YOUR OBJECTIVE
Lines to restate from the data below: from the one containing "f 100 94 113" to the one containing "f 170 175 176", both included. Give them again exactly, and only them.

****************

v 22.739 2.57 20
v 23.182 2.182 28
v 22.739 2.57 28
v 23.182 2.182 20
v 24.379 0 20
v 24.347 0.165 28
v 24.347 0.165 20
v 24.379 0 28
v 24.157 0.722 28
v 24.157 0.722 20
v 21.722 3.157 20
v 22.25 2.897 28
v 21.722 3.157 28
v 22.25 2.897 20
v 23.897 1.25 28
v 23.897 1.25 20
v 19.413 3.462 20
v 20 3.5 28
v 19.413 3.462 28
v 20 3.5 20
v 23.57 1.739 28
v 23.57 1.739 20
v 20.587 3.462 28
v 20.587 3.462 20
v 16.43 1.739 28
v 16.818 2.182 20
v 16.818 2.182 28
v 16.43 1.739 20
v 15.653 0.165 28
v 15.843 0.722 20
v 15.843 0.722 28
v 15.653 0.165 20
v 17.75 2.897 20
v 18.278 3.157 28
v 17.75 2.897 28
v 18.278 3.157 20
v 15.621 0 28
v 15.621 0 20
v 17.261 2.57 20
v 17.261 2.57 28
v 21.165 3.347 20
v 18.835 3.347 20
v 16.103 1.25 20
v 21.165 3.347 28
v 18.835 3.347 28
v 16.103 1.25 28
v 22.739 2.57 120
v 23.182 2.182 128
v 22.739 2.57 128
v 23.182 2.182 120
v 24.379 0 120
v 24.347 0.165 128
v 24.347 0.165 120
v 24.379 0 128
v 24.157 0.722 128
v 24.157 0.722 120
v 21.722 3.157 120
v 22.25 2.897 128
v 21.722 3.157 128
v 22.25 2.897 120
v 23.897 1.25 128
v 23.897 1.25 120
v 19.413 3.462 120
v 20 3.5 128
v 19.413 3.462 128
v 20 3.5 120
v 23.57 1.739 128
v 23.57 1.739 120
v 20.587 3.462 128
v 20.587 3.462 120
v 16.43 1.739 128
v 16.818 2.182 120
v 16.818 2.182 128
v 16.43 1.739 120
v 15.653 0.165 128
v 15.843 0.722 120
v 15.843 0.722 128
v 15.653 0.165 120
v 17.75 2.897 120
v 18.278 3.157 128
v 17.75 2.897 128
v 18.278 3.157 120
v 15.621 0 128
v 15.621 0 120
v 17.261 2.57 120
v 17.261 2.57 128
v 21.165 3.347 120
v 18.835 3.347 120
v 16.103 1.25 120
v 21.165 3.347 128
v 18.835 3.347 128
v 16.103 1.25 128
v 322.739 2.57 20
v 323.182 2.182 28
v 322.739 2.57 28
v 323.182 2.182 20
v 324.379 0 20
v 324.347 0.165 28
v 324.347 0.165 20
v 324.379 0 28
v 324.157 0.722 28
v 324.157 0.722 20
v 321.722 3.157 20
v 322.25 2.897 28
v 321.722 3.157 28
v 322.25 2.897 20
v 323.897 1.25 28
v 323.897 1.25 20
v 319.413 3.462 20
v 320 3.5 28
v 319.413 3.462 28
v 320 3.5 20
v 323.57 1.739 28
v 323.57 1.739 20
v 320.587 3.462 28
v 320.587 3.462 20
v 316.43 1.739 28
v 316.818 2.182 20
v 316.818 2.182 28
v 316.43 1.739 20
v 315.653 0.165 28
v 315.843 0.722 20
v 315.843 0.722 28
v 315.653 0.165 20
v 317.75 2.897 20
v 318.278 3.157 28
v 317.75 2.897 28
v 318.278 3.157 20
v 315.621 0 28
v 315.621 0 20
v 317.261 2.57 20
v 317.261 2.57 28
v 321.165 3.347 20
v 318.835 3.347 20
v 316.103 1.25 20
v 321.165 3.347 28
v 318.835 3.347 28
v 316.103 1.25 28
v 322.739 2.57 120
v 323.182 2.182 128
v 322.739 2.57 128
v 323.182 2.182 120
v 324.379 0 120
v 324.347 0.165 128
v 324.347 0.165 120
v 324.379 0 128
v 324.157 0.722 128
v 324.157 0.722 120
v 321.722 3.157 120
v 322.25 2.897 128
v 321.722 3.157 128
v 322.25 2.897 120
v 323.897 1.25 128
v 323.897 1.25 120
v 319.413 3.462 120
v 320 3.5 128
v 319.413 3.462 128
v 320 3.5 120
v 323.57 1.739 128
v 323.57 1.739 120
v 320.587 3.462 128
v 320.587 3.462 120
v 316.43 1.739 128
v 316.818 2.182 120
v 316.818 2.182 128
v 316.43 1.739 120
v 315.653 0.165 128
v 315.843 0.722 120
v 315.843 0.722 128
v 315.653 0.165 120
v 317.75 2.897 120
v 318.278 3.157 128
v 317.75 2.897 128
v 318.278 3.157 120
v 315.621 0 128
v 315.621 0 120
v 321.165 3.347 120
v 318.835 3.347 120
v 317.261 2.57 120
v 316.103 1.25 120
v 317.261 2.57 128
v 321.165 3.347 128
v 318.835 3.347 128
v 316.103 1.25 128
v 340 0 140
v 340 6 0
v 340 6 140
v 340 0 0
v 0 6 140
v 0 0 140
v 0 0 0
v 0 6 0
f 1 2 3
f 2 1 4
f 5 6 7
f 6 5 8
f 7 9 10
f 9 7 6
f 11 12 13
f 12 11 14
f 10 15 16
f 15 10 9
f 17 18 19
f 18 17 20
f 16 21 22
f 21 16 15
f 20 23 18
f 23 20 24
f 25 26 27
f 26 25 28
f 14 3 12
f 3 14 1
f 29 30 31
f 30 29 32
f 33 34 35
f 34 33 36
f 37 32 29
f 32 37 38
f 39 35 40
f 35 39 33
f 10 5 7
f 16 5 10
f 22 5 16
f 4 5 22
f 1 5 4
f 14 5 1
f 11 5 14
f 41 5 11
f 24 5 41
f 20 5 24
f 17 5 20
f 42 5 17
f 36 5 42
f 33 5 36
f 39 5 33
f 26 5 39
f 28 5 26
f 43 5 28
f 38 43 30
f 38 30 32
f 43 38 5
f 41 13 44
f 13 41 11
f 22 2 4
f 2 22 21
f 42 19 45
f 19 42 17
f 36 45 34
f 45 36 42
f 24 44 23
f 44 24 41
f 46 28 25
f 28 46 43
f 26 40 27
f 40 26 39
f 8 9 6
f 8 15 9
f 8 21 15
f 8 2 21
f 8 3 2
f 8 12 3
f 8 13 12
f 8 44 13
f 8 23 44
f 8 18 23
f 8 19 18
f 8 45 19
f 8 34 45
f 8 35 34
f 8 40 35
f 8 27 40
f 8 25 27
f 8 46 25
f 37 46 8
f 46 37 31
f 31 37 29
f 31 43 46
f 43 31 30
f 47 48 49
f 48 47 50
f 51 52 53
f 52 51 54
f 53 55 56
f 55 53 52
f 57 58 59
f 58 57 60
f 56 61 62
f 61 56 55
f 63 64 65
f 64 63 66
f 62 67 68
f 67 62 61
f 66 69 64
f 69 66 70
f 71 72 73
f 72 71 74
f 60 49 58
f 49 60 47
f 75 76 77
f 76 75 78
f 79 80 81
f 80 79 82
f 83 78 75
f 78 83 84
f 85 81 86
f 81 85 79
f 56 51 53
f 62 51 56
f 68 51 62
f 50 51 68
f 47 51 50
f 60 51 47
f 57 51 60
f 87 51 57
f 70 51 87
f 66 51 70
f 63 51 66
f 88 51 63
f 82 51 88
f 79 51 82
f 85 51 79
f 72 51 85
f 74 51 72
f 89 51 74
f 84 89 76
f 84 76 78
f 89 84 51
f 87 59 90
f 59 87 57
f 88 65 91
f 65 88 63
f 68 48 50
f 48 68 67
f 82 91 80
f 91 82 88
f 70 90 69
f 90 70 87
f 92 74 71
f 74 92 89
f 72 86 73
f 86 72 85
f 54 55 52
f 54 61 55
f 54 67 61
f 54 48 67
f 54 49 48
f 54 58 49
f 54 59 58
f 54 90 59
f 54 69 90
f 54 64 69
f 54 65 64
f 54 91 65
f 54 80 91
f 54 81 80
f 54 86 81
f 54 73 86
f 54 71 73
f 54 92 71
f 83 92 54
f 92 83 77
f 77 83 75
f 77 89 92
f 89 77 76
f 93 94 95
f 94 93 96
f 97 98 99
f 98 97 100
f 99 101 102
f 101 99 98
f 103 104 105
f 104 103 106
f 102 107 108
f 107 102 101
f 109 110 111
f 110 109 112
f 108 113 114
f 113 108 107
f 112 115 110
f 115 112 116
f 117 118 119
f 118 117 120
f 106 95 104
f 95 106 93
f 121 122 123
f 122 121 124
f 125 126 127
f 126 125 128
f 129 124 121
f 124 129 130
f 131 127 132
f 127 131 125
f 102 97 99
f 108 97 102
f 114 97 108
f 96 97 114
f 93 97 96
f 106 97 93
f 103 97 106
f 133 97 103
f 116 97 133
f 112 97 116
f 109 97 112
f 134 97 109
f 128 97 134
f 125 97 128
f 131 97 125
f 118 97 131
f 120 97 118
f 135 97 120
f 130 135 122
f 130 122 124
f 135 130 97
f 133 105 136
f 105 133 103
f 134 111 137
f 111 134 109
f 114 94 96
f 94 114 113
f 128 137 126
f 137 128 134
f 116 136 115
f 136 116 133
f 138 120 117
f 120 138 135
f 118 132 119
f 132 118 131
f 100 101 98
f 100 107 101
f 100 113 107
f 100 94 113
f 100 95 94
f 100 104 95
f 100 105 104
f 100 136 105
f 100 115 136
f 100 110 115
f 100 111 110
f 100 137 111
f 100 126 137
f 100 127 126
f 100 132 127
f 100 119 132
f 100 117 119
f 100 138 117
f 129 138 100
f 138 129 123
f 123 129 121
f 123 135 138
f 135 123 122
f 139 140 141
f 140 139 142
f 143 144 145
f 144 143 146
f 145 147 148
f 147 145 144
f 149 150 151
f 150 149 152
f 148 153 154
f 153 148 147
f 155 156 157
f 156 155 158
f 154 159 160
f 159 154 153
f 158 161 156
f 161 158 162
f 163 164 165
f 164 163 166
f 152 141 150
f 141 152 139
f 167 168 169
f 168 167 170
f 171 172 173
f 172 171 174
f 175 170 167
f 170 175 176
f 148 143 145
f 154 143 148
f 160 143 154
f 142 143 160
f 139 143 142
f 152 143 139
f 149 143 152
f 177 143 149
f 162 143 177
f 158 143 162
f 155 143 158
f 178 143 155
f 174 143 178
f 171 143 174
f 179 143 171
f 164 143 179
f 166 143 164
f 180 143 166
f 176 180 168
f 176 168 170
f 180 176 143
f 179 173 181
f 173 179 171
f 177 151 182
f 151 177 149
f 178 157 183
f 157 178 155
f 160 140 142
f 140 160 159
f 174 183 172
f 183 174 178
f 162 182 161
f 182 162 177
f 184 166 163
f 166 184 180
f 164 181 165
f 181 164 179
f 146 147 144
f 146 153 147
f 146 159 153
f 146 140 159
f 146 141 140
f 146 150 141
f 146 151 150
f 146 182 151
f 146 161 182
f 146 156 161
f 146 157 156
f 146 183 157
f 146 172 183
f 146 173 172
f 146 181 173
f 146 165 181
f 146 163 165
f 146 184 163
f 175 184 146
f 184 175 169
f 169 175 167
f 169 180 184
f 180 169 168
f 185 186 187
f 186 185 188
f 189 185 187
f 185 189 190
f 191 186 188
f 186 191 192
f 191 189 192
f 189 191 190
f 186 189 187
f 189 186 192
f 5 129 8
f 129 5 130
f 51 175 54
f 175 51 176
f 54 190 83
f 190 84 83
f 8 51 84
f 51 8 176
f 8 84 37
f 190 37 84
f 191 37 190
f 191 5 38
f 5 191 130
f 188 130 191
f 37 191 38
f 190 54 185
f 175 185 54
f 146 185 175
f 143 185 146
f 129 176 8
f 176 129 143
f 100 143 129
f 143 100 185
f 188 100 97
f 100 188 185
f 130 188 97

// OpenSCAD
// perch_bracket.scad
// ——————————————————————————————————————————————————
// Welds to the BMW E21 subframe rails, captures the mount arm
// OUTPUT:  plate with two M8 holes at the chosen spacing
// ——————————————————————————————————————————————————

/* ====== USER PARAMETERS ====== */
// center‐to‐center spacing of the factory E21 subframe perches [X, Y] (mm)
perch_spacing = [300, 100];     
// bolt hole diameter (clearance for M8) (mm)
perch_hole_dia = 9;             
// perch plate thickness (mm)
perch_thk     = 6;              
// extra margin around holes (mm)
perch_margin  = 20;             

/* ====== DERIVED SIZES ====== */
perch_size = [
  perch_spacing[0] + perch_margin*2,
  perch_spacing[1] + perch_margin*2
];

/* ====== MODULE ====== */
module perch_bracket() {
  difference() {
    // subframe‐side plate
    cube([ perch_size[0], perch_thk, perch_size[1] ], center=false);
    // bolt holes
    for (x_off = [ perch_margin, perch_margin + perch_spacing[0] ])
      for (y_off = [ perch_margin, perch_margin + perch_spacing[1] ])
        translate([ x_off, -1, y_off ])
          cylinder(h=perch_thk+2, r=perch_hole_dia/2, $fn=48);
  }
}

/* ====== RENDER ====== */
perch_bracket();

****************

SOLUTION TO THE EXERCISE
f 100 94 113
f 100 95 94
f 100 104 95
f 100 105 104
f 100 136 105
f 100 115 136
f 100 110 115
f 100 111 110
f 100 137 111
f 100 126 137
f 100 127 126
f 100 132 127
f 100 119 132
f 100 117 119
f 100 138 117
f 129 138 100
f 138 129 123
f 123 129 121
f 123 135 138
f 135 123 122
f 139 140 141
f 140 139 142
f 143 144 145
f 144 143 146
f 145 147 148
f 147 145 144
f 149 150 151
f 150 149 152
f 148 153 154
f 153 148 147
f 155 156 157
f 156 155 158
f 154 159 160
f 159 154 153
f 158 161 156
f 161 158 162
f 163 164 165
f 164 163 166
f 152 141 150
f 141 152 139
f 167 168 169
f 168 167 170
f 171 172 173
f 172 171 174
f 175 170 167
f 170 175 176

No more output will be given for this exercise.